Sugar and spice and all things nice

We have always known that our craving for salt, sugar, and fatty foods is a vestigial remnant of our evolution as a species. These were rare commodities that were needed to create life, and we binged on them when we found them to stock up on the good stuff. Our modern world gives us unlimited access to sugar and salt in deadly quantities, and our primeval cravings are giving us insulin resistance and obesity.


Today, it occurred to me that I might have missed an obvious connection. We are a social species, and the interaction between us is what sets us apart from our close simian relatives. In his book *Sapiens: A Brief History of Humankind*, Yuval Noah Harari writes about how our highly evolved social skills are what our civilization is built on. He argues that we are the only form of life that can scale the size of a group into the millions and still get big projects done. He expands this to include our ability to follow the abstract. We follow leaders who have died centuries ago, and we believe the ideas and concepts that were given to our forefathers, even though we have no personal interaction with the founders.
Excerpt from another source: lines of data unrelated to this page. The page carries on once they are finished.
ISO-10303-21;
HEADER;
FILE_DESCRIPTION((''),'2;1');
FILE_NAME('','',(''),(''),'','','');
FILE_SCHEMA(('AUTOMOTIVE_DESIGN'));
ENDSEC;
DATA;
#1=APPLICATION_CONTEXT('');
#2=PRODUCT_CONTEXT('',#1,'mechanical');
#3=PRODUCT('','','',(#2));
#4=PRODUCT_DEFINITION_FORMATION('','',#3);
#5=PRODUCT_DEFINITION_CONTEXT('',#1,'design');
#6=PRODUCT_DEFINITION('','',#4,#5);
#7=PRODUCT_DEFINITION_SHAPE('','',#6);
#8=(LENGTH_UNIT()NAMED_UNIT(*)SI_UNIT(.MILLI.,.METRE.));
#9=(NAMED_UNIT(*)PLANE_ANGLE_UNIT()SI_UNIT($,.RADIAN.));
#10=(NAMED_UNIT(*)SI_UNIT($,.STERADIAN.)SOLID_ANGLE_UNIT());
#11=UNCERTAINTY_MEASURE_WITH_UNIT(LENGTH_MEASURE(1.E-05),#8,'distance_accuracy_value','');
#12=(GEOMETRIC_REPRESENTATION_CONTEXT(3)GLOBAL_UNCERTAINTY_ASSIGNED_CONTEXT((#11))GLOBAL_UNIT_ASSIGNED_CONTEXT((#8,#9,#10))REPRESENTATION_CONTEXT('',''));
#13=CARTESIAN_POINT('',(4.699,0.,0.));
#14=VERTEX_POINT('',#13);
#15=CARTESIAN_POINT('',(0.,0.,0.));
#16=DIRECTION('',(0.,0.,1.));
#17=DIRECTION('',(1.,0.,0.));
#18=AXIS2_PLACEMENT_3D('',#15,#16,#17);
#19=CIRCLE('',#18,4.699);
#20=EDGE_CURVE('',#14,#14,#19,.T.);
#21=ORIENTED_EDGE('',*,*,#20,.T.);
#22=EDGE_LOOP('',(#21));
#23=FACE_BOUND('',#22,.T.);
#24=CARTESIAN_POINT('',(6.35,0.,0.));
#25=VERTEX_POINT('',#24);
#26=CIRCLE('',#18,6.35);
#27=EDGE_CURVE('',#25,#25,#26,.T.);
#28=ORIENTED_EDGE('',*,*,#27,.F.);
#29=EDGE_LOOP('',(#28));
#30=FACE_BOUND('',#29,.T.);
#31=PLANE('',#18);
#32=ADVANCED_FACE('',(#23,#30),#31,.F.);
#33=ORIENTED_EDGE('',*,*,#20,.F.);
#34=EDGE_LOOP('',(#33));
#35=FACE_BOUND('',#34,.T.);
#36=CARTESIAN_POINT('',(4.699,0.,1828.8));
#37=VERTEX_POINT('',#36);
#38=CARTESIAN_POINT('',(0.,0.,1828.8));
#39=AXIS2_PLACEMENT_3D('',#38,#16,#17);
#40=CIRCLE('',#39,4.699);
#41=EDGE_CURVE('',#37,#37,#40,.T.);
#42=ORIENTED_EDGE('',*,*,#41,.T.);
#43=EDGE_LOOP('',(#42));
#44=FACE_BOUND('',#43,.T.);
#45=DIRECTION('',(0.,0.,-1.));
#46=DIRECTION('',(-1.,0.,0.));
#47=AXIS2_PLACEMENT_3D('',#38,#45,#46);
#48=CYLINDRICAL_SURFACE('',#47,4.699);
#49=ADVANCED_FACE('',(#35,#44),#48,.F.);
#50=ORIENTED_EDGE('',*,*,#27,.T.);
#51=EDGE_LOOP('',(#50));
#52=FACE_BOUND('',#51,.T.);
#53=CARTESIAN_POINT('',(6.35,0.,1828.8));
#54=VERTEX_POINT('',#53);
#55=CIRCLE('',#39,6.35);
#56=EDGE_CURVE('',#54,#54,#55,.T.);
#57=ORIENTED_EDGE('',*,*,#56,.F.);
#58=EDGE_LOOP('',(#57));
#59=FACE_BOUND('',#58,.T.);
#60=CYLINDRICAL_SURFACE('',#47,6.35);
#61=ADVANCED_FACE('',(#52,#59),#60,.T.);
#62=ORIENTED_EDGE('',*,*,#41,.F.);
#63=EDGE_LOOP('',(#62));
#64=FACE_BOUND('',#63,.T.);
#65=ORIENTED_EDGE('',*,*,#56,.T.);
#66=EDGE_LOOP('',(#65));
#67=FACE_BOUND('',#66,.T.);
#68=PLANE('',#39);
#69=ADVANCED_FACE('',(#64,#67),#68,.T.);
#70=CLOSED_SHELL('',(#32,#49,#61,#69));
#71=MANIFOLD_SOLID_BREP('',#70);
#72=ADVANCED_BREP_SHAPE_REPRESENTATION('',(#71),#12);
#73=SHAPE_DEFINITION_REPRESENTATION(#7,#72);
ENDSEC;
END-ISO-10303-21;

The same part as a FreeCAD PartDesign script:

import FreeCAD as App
import Part
import Sketcher
from FreeCAD import Vector
Q = App.Units.Quantity

doc = App.newDocument("Part")
params = doc.addObject("Spreadsheet::Sheet", "Params")
for row, (alias, value) in enumerate([
    ("sketch1_diameter", "0.5 in"),
    ("sketch1_diameter2", "0.37 in"),
    ("pad1_length", "72 in"),
], start=1):
    params.set(f"A{row}", alias)
    params.set(f"B{row}", "=" + value)
    params.setAlias(f"B{row}", alias)

body = doc.addObject("PartDesign::Body", "Body")

# Sketch on XY plane
sketch1 = body.newObject("Sketcher::SketchObject", "Sketch")
sketch1.AttachmentSupport = (doc.getObject("XY_Plane"), [""])
sketch1.MapMode = "FlatFace"
sketch1.addGeometry([
    Part.Circle(Vector(0, 0, 0), Vector(0, 0, 1), 6.3),
    Part.Circle(Vector(0, 0, 0), Vector(0, 0, 1), 4.7),
], False)
sketch1.addConstraint([
    Sketcher.Constraint("Coincident", 0, 3, -1, 1),
    Sketcher.Constraint("Coincident", 1, 3, -1, 1),
    Sketcher.Constraint("Diameter", 0, Q("0.5 in")),
    Sketcher.Constraint("Diameter", 1, Q("0.37 in")),
])
sketch1.setExpression("Constraints[2]", "Params.sketch1_diameter")
sketch1.setExpression("Constraints[3]", "Params.sketch1_diameter2")
pad1 = body.newObject("PartDesign::Pad", "Pad")
pad1.Profile = sketch1
pad1.setExpression("Length", "Params.pad1_length")

doc.recompute()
This is what makes us human. Our brains are wired for this interaction and positive reinforcement loops. When we do or say something that gets positive feedback, it reinforces that act. If we get our "arse kicked," we learn to act differently. We improve and become better humans based on the feedback we get from others. This is very important during our formative years and very difficult to reprogram in our adulthood. Even as adults, we are not beyond the reach of our design. We still live for praise and the adoration of our peers.

Social media feeds into our deepest fears and exploits our desire to be loved, funny, and connected. Like the salt and sugar example, what was once a fundamental requirement of our existence is now so freely available to us that it makes us sick.

This sickness is not the kind that can be diagnosed with a blood test or treated with insulin. It is a parasitic infection in our souls. The only way to protect ourselves from this is to identify the problem and understand that we are entirely unprepared for it. Nothing in our 50,000-year history has prepared us for this crisis. We are in fact defenseless against this new threat to our existence.

I am not going to advise everyone to limit their kids' screen time or throw out their devices. The genie is out of the bottle, and it's not going back in. The only way to the other side is to push on through. Once we see the threat to our civilization for what it is, it begins to lose some of its magical hold on us.

When we learn to assume that all posts are fake until proven true, we are on the right track. Each "like" must be seen for what it is: a gratuitous gesture that is given without any affection.

Once we face our demons, we who created the beast might find ways to tame the creature or at the very least clip its wings. My generation was exposed to technology after we were fully formed. The technology is clearly dangerous, but it might be too late for it to bend our perception too far off center. This is more than I can say for our children who don't know any world other than the one we find ourselves in.

Just saying. Be careful. 

See the real dangers for what they really are, and you might not be afraid of everything that goes bump in the night.